▶ _Task to complete_
Below are the entries. Transcribe exactly the lines from the one with "- Public domain" through the one with "over Thickness (ratio)", ends included, and leave out all others.

[Dataset entries]
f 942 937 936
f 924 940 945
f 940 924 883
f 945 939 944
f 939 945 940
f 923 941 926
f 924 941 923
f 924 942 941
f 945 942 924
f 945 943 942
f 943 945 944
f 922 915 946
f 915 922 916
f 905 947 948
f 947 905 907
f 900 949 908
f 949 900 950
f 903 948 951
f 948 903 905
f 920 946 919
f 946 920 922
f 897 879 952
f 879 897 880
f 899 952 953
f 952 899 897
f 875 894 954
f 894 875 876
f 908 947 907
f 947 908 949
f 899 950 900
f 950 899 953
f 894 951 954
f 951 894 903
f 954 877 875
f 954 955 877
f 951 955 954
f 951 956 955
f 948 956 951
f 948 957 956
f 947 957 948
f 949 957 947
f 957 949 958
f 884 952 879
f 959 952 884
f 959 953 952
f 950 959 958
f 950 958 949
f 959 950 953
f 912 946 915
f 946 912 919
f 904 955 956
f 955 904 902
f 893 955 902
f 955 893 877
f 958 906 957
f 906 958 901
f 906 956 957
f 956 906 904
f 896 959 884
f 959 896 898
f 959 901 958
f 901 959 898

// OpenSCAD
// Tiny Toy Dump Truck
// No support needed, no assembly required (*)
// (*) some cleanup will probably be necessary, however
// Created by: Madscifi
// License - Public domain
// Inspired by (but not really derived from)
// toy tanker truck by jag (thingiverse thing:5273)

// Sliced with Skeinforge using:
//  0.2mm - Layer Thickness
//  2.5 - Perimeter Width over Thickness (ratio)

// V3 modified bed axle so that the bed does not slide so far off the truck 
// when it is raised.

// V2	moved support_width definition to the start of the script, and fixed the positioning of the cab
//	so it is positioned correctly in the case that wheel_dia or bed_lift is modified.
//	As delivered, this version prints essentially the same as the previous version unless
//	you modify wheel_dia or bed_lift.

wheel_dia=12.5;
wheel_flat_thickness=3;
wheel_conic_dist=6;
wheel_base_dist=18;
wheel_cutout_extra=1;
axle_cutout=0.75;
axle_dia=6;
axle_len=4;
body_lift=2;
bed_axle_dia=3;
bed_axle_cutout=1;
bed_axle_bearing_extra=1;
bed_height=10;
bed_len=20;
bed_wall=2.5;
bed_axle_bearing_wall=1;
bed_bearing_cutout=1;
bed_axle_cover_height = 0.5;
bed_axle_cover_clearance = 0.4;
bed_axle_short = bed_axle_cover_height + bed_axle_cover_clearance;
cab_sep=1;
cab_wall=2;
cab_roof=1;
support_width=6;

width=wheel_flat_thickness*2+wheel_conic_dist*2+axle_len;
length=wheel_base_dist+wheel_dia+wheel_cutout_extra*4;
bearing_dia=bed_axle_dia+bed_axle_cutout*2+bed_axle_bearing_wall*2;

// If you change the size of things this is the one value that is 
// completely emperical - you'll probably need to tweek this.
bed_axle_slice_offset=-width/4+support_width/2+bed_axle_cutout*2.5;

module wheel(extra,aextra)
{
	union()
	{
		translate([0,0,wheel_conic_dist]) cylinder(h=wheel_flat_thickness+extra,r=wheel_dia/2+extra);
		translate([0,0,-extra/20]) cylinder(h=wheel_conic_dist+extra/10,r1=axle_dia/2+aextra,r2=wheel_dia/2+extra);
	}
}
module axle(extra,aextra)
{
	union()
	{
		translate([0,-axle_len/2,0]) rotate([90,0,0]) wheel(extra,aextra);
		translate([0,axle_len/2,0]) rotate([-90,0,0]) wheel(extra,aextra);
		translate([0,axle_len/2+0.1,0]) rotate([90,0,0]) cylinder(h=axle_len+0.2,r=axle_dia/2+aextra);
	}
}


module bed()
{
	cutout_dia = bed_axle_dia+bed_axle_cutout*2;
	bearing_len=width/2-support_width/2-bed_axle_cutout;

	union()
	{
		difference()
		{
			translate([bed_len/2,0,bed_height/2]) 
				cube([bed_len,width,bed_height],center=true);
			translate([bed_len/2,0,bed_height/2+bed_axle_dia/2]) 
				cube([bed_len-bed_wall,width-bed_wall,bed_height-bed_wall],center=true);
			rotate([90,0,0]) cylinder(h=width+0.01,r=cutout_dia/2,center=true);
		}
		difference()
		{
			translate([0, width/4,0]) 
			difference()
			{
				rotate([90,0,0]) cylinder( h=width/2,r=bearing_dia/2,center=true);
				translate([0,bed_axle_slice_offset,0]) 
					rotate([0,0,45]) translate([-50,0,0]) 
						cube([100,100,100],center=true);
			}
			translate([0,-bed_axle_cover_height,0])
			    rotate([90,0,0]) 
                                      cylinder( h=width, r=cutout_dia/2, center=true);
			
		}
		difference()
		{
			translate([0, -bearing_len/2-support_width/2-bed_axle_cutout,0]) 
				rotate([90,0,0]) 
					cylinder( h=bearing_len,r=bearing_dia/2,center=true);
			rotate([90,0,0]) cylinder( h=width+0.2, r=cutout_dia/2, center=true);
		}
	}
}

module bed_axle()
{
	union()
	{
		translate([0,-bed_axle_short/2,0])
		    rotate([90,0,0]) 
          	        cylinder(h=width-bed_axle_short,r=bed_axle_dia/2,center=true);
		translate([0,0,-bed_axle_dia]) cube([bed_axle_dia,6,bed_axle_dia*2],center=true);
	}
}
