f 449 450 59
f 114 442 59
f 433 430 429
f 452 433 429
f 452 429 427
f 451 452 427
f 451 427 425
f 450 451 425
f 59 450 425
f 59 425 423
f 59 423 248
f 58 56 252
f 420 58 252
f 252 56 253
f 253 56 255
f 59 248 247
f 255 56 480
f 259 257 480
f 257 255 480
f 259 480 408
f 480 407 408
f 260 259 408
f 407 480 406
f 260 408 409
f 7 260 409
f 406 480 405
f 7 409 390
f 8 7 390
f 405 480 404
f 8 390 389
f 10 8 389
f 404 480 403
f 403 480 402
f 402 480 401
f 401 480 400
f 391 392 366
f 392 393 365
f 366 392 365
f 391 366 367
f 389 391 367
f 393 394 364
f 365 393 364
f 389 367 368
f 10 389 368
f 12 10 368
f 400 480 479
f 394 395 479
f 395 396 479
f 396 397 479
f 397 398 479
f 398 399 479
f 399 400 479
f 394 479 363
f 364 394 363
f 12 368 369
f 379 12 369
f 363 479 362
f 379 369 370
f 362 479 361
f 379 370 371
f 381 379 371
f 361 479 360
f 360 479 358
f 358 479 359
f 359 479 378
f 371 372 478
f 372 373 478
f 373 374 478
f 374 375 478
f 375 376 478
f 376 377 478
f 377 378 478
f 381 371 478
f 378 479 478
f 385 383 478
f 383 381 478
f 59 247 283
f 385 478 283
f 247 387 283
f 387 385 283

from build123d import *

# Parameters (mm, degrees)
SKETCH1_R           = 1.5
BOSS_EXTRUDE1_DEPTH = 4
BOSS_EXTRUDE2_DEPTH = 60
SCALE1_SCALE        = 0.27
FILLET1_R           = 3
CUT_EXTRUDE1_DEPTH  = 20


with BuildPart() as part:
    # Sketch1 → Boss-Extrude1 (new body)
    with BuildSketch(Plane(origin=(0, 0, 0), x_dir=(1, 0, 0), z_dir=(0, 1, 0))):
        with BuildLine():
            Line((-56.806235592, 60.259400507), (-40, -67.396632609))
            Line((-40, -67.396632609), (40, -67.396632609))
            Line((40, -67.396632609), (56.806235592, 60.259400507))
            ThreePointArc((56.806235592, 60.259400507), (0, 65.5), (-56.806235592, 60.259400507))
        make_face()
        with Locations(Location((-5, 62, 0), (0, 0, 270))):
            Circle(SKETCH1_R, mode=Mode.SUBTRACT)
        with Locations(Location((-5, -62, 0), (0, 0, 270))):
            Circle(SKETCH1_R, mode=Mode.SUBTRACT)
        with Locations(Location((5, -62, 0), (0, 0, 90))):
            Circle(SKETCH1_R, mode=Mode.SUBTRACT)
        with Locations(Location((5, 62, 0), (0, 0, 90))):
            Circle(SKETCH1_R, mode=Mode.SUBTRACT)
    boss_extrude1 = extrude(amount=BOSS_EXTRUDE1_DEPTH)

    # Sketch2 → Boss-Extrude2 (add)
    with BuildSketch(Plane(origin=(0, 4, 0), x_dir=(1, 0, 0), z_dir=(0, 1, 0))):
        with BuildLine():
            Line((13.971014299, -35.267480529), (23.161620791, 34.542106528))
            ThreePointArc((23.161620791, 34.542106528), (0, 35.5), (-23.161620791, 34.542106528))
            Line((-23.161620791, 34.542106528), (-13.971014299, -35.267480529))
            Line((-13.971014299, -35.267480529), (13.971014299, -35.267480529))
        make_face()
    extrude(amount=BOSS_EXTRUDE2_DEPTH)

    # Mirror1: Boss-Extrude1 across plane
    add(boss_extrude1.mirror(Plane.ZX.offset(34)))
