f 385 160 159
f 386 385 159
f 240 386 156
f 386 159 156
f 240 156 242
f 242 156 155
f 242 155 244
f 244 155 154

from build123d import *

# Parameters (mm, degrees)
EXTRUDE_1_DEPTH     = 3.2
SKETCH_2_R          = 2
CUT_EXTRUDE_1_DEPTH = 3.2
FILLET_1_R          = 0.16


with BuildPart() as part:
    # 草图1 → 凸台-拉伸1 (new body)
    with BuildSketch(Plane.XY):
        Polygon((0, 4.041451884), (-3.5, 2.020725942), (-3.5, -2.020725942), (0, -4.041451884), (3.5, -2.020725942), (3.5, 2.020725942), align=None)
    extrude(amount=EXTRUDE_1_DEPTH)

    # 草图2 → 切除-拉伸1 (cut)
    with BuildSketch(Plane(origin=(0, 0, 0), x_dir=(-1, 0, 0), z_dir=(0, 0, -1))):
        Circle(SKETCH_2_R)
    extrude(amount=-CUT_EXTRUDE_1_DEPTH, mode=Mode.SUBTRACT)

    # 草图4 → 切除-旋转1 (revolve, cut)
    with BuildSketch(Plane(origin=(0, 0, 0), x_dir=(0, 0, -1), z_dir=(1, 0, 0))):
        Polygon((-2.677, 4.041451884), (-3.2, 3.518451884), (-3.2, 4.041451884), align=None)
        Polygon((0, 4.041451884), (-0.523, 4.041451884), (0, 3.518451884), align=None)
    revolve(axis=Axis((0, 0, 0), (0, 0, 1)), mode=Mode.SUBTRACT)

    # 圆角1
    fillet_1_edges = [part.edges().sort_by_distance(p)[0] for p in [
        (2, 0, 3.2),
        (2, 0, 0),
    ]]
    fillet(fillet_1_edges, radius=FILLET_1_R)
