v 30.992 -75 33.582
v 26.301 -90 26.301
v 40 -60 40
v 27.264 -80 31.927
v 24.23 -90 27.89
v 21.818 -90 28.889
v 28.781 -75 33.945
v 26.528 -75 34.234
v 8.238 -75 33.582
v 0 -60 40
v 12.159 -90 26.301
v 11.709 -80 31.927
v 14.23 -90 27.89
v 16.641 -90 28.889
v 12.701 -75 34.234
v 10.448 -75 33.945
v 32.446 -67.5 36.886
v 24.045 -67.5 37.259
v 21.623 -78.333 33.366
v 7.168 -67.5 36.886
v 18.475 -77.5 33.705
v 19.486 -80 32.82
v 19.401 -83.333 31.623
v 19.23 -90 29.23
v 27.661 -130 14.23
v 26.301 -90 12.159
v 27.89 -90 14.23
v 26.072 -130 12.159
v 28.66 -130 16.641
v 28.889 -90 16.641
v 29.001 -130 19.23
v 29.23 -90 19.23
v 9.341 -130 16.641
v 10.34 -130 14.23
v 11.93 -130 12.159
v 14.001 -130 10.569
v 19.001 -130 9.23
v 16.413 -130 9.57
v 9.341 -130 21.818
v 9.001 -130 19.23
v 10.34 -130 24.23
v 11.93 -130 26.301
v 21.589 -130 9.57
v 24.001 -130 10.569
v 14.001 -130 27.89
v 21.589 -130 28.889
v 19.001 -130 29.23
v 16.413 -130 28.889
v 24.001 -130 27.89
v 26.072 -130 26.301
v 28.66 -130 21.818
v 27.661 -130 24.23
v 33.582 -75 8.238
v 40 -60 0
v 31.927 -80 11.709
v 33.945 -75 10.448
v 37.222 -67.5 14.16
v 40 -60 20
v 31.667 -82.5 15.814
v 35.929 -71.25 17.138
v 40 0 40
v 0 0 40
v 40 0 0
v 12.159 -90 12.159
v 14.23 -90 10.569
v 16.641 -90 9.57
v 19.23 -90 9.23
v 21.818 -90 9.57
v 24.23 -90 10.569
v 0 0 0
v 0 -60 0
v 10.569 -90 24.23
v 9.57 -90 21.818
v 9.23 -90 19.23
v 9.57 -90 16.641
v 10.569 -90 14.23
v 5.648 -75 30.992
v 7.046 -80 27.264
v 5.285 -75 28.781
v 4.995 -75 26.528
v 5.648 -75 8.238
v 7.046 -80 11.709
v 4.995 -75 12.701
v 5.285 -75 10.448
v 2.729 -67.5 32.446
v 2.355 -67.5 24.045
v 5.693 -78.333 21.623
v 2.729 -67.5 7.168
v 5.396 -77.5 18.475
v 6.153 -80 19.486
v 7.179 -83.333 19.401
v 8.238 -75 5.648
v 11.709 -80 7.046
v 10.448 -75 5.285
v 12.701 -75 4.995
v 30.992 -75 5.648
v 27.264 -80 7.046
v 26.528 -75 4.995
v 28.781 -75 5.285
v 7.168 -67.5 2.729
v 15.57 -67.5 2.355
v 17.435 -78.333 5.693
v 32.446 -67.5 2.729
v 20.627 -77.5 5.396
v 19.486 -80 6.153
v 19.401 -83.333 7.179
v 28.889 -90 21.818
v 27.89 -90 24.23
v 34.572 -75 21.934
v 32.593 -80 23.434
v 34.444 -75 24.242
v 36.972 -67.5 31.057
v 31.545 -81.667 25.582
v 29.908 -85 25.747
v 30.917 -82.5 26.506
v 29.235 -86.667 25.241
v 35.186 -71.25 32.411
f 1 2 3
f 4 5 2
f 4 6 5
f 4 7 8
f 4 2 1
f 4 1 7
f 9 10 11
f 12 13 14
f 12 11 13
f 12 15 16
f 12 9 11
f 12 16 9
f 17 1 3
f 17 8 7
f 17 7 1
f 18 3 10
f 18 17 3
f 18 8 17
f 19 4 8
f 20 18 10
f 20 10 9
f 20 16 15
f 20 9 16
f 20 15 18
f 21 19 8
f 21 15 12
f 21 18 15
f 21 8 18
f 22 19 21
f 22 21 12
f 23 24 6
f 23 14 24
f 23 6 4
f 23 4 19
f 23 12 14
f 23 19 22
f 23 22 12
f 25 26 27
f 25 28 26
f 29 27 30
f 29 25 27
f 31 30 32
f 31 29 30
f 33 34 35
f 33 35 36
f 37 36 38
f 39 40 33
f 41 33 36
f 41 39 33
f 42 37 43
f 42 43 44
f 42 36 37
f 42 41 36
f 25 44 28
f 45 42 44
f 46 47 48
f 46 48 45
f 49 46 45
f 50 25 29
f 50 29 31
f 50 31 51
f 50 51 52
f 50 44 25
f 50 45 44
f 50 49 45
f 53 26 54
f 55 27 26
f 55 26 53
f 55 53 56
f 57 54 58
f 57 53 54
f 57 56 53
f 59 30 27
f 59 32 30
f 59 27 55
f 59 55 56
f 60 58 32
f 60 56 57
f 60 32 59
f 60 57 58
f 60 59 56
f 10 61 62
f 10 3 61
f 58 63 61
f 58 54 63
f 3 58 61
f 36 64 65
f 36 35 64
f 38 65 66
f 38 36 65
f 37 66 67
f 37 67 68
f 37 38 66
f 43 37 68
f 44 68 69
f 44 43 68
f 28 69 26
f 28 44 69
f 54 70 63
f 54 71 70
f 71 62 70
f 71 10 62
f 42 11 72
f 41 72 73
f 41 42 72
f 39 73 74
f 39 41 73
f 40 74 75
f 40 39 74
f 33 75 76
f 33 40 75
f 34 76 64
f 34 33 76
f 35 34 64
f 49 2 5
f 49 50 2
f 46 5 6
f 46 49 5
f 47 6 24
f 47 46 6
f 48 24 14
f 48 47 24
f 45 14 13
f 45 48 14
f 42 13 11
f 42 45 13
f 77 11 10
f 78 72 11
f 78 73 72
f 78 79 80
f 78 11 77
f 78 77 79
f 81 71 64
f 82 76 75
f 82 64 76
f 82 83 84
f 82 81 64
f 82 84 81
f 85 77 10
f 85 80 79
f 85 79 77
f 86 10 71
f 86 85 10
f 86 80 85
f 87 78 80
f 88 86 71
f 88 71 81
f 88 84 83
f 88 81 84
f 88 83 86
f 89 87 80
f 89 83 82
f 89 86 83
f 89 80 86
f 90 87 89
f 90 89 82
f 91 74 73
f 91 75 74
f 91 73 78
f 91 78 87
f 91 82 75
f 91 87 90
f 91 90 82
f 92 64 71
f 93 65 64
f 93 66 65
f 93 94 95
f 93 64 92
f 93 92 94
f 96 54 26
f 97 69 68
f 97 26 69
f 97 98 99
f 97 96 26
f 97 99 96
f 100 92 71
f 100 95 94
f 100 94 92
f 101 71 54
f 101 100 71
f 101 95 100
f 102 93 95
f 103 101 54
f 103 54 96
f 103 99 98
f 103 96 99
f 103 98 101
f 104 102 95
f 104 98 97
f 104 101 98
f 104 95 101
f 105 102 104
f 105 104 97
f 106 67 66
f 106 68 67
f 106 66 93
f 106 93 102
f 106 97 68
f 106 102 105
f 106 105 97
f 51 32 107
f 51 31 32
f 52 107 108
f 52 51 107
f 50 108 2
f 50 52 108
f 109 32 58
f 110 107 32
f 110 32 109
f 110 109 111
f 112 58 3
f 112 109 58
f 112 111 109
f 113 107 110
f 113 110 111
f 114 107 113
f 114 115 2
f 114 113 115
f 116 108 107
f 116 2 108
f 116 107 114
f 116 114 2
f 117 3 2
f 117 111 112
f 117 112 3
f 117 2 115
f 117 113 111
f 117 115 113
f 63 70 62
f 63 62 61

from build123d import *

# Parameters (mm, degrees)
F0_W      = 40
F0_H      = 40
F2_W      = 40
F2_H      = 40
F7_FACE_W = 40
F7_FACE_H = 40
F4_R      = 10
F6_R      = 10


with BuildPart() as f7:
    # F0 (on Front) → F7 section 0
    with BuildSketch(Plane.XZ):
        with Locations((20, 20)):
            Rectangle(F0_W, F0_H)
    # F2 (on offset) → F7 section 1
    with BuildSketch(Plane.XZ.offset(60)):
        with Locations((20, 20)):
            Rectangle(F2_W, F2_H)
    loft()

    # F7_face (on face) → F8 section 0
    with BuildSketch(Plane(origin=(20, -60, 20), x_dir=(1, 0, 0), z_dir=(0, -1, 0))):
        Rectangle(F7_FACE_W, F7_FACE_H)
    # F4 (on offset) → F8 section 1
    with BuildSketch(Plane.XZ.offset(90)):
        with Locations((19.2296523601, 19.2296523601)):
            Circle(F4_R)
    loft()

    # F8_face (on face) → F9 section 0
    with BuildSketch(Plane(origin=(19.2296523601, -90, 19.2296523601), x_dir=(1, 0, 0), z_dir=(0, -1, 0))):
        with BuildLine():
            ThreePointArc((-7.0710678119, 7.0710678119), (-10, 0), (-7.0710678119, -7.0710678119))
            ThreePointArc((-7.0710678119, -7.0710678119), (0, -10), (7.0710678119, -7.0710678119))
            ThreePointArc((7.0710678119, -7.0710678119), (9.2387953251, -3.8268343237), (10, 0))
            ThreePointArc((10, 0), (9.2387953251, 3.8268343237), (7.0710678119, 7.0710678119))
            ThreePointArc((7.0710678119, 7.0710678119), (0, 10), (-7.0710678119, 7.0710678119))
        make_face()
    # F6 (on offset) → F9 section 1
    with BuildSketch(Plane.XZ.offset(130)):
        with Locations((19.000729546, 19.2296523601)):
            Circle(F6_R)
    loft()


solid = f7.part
--
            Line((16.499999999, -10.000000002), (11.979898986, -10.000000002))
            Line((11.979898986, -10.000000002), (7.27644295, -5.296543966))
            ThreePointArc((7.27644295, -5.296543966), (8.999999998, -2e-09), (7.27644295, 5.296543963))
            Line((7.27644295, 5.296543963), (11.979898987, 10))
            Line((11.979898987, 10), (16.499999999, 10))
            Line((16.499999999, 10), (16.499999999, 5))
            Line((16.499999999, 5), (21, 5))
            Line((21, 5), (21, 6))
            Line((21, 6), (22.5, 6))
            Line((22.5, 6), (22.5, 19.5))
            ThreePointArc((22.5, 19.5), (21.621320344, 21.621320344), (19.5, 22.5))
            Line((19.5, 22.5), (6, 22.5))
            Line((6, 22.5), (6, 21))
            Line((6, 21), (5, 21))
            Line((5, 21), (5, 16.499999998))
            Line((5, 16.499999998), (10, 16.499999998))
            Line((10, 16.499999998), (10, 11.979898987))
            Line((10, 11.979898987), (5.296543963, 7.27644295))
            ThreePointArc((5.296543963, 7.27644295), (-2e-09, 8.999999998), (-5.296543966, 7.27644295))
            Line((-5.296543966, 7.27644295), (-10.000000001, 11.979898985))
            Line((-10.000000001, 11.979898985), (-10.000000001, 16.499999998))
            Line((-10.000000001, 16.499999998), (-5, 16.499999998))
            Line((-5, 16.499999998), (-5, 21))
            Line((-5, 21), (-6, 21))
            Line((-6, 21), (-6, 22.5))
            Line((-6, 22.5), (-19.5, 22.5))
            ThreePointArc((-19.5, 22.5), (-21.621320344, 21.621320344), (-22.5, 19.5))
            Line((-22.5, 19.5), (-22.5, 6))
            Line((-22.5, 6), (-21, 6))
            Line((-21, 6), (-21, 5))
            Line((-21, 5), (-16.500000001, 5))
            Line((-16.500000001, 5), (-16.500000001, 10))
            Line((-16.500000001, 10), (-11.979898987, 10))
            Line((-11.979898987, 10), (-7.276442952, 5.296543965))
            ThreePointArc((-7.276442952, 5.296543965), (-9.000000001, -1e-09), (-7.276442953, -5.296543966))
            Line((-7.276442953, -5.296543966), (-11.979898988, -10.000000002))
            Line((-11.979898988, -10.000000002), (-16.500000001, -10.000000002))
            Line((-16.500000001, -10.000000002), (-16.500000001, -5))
==
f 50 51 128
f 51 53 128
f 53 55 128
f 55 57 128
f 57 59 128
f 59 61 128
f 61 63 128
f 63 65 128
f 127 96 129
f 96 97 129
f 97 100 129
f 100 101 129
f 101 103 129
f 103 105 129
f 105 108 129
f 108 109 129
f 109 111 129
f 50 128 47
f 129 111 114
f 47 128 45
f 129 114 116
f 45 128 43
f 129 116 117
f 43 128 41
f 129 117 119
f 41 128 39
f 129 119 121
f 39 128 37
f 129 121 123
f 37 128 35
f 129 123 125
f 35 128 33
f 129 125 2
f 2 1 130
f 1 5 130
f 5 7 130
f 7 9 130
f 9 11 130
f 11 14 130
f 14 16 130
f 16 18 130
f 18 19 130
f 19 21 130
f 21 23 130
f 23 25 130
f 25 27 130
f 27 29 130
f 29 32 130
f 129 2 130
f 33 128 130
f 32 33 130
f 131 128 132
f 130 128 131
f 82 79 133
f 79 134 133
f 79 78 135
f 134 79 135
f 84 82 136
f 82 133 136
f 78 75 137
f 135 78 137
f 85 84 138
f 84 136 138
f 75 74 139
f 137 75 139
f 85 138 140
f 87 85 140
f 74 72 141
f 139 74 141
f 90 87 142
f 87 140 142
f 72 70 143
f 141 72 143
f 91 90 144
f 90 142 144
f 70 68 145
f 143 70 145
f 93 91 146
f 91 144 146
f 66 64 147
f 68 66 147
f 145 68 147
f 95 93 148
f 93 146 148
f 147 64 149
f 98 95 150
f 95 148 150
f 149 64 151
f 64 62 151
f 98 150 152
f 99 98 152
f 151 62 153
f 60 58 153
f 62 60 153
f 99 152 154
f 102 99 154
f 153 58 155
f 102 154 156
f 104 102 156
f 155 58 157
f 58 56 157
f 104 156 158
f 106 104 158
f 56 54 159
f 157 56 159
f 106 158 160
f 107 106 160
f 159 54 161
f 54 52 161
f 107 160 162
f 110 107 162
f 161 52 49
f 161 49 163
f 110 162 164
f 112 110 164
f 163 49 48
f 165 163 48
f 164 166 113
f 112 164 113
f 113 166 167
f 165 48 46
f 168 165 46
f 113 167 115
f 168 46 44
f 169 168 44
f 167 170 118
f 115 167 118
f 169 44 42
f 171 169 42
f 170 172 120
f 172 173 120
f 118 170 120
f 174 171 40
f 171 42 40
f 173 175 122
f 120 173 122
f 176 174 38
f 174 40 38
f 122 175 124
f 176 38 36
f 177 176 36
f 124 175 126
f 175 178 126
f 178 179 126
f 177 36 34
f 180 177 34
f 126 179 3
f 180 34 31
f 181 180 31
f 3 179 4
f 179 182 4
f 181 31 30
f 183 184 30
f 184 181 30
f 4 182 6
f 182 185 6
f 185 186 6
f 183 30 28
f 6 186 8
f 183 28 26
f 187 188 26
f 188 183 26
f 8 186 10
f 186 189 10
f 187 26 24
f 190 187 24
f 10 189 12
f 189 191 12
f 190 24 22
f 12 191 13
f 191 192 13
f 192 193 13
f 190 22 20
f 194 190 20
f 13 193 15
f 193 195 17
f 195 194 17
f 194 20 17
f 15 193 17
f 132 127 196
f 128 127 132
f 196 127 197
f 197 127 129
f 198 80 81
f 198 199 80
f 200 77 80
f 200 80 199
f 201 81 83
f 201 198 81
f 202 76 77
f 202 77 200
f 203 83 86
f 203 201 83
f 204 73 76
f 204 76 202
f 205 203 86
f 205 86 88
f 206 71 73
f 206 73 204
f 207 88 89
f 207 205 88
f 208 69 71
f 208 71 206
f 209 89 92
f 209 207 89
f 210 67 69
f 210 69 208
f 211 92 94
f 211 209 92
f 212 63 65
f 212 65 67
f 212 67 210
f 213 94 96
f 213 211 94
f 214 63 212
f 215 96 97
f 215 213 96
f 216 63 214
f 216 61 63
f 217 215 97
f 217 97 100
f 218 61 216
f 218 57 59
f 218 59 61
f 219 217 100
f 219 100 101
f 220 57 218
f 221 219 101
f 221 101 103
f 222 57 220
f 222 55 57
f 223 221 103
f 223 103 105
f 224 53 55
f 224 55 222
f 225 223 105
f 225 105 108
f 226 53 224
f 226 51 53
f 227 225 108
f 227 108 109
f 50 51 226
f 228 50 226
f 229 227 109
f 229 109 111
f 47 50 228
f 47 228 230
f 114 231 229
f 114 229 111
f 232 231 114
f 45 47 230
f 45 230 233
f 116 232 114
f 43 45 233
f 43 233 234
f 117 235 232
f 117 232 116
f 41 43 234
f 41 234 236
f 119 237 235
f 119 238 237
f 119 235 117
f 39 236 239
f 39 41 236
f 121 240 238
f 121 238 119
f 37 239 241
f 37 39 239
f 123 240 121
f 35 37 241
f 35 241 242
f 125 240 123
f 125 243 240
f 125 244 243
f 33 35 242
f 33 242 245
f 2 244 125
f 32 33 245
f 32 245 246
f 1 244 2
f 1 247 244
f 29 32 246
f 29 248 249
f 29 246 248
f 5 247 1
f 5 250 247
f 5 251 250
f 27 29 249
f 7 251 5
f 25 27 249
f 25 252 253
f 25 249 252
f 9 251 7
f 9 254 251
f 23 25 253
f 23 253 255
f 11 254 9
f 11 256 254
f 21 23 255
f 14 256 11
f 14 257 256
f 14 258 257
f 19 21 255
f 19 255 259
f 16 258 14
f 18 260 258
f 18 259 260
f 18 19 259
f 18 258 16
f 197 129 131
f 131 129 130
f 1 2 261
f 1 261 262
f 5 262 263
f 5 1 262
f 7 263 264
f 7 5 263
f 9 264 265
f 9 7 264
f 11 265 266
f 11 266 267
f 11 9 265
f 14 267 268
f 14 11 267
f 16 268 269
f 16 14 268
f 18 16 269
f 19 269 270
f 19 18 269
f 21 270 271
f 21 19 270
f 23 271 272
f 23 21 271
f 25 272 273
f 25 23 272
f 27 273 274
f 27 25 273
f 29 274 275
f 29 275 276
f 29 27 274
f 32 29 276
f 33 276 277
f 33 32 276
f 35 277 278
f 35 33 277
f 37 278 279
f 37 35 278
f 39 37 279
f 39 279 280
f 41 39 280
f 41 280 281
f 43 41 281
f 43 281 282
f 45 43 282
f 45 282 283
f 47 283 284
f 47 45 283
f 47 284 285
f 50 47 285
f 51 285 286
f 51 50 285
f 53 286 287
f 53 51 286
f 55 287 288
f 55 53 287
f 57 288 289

▶ _Answer for the task_
// License - Public domain
// Inspired by (but not really derived from)
// toy tanker truck by jag (thingiverse thing:5273)

// Sliced with Skeinforge using:
//  0.2mm - Layer Thickness
//  2.5 - Perimeter Width over Thickness (ratio)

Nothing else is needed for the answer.